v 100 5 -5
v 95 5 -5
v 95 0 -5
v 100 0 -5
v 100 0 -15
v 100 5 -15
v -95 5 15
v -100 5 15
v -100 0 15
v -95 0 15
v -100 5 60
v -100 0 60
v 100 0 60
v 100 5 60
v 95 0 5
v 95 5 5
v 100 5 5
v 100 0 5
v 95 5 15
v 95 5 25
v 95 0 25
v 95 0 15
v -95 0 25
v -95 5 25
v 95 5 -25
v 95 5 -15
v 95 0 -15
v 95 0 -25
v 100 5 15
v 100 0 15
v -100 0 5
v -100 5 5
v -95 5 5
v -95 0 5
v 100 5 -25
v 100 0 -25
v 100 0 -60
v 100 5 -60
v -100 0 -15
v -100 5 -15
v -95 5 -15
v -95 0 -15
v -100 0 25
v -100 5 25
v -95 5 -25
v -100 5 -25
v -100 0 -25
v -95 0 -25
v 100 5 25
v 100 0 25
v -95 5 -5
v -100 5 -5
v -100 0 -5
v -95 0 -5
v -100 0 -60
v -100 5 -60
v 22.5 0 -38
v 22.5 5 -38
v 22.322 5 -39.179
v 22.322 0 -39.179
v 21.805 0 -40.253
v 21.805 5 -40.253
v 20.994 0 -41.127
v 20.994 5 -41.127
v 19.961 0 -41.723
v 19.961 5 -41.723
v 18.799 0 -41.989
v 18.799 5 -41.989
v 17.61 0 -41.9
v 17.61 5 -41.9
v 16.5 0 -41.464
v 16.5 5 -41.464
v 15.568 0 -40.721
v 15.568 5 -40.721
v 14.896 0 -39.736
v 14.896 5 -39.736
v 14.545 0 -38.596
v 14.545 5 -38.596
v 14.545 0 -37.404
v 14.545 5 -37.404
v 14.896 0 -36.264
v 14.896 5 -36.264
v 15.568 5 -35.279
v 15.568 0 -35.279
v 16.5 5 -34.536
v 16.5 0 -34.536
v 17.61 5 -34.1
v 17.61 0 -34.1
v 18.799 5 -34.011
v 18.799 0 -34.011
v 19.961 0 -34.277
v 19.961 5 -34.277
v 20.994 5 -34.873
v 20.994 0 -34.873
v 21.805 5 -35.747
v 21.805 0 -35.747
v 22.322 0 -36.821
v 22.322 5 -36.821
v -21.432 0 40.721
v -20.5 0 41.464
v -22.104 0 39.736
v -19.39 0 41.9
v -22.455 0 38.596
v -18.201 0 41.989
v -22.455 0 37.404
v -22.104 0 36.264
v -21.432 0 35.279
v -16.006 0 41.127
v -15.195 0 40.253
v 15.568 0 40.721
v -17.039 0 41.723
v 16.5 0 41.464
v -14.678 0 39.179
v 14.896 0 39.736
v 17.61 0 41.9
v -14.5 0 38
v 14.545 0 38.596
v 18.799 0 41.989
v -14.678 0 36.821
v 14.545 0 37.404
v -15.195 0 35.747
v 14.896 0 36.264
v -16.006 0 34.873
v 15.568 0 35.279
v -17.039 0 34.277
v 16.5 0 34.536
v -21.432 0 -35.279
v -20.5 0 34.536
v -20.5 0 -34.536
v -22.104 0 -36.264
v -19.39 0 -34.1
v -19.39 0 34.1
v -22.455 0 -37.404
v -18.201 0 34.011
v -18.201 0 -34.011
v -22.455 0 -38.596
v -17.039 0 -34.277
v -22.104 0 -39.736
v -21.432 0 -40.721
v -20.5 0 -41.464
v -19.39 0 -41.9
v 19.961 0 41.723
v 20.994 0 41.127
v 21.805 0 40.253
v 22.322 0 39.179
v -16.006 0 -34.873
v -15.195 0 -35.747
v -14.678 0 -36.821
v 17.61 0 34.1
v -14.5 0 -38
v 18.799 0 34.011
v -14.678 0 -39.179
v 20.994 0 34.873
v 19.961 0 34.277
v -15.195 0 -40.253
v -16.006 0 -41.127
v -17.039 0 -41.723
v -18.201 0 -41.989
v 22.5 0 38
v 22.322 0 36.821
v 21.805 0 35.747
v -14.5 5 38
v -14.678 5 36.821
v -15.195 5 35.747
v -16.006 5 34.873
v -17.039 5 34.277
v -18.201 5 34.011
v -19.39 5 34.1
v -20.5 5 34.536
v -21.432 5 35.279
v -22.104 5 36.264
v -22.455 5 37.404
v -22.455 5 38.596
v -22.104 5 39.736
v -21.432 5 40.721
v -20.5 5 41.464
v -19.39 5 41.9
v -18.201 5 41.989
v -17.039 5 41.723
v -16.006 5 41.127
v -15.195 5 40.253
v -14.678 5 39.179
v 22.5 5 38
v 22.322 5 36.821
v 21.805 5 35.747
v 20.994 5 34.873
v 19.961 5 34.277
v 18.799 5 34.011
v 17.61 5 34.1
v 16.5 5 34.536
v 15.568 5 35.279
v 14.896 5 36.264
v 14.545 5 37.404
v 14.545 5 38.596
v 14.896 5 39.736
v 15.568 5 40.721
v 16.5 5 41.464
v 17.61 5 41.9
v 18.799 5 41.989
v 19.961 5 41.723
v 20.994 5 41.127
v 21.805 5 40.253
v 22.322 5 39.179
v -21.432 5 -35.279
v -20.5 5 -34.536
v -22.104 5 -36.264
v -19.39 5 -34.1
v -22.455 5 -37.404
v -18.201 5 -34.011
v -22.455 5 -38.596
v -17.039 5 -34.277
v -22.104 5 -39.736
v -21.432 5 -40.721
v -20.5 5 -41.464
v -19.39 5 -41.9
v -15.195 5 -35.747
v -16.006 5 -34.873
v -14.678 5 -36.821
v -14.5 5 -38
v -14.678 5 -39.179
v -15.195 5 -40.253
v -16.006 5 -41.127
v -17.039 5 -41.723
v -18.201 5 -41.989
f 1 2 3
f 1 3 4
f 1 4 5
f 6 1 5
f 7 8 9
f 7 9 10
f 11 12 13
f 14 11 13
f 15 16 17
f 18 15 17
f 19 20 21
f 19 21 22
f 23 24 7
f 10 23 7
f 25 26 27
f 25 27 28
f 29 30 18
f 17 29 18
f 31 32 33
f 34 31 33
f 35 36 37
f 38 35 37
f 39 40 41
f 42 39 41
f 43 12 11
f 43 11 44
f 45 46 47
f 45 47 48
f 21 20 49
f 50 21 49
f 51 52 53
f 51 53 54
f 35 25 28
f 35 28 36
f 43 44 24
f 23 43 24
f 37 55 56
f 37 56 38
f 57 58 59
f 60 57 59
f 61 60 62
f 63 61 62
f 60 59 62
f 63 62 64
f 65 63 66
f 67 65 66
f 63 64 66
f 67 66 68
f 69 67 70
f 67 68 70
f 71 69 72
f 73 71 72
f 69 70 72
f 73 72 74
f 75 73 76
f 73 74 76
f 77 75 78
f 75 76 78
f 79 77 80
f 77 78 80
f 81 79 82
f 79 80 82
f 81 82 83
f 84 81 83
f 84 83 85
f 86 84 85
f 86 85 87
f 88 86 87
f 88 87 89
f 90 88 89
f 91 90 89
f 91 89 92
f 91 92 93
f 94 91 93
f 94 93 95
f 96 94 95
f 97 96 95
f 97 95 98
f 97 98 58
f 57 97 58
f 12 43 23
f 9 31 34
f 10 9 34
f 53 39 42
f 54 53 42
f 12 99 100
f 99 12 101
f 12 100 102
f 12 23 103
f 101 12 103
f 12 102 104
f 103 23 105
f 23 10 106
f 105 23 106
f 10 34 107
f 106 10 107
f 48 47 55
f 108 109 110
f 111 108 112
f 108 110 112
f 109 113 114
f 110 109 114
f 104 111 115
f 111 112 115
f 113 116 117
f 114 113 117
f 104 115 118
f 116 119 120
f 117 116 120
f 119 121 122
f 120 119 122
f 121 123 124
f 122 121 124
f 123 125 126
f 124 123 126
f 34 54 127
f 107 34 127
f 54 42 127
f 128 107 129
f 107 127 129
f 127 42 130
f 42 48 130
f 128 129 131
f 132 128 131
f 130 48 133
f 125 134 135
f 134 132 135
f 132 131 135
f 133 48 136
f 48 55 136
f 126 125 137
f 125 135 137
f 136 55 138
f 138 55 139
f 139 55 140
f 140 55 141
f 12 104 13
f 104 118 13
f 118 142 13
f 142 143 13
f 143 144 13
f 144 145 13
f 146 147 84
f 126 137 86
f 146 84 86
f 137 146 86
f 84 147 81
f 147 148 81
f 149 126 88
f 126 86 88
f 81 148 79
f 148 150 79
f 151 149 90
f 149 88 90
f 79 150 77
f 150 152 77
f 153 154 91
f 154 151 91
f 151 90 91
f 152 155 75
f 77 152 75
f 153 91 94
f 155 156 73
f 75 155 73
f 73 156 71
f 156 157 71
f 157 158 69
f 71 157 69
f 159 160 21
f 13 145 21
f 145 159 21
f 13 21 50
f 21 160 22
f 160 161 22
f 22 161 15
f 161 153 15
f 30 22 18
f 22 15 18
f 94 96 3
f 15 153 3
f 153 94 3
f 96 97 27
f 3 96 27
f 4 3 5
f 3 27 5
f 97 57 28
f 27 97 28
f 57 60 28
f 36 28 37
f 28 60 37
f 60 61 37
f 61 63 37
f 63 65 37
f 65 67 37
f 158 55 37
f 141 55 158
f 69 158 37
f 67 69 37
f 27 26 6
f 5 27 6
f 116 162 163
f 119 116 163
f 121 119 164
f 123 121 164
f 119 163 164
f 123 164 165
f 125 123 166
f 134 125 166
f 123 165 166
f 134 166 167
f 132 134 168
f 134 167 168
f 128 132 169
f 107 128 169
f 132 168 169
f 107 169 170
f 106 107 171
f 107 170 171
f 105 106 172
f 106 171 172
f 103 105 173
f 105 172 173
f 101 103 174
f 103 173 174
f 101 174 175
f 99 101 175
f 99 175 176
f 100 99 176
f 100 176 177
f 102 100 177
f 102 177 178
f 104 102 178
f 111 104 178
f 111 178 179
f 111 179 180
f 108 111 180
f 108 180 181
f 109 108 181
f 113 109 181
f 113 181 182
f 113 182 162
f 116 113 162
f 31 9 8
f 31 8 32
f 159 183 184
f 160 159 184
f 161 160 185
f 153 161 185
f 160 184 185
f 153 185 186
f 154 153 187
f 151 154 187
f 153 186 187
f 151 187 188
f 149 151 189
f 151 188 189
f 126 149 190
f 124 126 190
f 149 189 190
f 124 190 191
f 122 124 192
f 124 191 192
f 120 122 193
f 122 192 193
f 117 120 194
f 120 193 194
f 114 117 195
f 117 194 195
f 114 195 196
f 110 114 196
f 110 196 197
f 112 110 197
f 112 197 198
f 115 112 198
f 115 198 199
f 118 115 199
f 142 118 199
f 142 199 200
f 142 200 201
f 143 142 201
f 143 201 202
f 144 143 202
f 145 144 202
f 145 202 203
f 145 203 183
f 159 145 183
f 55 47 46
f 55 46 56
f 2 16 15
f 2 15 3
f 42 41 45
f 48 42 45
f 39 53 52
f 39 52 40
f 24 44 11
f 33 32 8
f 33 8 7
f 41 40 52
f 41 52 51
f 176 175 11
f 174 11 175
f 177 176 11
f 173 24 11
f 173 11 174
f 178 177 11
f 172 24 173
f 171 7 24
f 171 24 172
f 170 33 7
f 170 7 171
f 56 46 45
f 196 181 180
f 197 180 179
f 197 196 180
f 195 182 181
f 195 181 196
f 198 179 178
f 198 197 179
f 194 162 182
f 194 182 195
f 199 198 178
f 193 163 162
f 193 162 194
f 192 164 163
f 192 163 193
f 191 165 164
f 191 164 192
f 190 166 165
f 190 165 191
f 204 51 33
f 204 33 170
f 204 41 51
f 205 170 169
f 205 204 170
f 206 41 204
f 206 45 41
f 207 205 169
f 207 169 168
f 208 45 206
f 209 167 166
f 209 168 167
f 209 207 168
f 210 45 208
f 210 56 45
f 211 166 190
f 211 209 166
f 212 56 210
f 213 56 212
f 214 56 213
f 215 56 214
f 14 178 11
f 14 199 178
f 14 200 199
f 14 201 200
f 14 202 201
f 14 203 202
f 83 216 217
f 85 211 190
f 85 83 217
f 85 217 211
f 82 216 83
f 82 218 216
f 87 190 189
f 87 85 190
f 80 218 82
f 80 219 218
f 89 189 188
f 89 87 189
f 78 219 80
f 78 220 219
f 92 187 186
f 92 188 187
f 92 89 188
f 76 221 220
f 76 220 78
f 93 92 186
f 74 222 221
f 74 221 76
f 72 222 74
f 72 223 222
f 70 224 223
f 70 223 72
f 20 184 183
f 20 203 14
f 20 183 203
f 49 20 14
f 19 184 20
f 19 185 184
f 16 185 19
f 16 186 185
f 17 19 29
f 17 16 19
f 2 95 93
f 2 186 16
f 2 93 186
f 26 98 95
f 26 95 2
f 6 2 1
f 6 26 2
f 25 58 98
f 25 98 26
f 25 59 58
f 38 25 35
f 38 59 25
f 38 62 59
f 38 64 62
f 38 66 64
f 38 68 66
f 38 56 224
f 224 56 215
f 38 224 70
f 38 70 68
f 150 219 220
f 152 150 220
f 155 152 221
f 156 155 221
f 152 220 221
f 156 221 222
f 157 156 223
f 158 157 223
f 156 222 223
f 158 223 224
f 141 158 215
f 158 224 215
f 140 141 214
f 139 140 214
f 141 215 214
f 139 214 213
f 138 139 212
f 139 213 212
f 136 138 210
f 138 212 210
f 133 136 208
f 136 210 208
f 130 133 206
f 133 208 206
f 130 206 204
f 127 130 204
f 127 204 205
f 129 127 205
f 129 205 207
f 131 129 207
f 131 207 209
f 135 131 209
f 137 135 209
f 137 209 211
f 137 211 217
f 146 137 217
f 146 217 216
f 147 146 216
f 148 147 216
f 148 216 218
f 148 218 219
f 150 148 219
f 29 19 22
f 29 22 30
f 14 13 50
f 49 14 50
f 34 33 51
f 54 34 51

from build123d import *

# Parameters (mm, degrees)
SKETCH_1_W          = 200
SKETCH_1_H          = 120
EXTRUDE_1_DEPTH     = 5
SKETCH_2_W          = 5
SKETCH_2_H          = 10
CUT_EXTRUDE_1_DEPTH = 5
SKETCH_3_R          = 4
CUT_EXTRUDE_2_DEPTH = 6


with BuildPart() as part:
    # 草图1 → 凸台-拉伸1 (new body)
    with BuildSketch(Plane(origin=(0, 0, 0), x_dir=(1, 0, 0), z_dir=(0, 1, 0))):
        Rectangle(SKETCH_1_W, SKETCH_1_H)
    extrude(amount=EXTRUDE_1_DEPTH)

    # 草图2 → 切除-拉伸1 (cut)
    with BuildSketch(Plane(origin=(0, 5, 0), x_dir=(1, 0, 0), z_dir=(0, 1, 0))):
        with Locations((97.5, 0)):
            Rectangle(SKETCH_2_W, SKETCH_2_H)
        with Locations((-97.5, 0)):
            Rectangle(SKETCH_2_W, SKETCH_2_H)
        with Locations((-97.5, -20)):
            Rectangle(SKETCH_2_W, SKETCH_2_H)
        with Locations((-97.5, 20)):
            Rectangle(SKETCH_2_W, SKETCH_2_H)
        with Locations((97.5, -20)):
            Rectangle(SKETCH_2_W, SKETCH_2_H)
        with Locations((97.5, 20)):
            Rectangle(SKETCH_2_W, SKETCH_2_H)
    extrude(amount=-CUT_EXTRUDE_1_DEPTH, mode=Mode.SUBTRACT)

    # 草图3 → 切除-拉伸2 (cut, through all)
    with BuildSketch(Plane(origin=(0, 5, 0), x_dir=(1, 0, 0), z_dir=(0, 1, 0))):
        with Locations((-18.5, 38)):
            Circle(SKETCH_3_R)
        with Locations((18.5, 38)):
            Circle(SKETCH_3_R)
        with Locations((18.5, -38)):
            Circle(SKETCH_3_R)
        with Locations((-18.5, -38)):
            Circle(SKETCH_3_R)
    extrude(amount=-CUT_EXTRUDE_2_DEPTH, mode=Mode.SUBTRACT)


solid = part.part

-----

What this task involves:
In the listing above, find the line containing "f 109 113 114" and the line containing "f 128 107 129", then quote both, plus every line between them, exactly as written.

Response to this exercise:
f 109 113 114
f 110 109 114
f 104 111 115
f 111 112 115
f 113 116 117
f 114 113 117
f 104 115 118
f 116 119 120
f 117 116 120
f 119 121 122
f 120 119 122
f 121 123 124
f 122 121 124
f 123 125 126
f 124 123 126
f 34 54 127
f 107 34 127
f 54 42 127
f 128 107 129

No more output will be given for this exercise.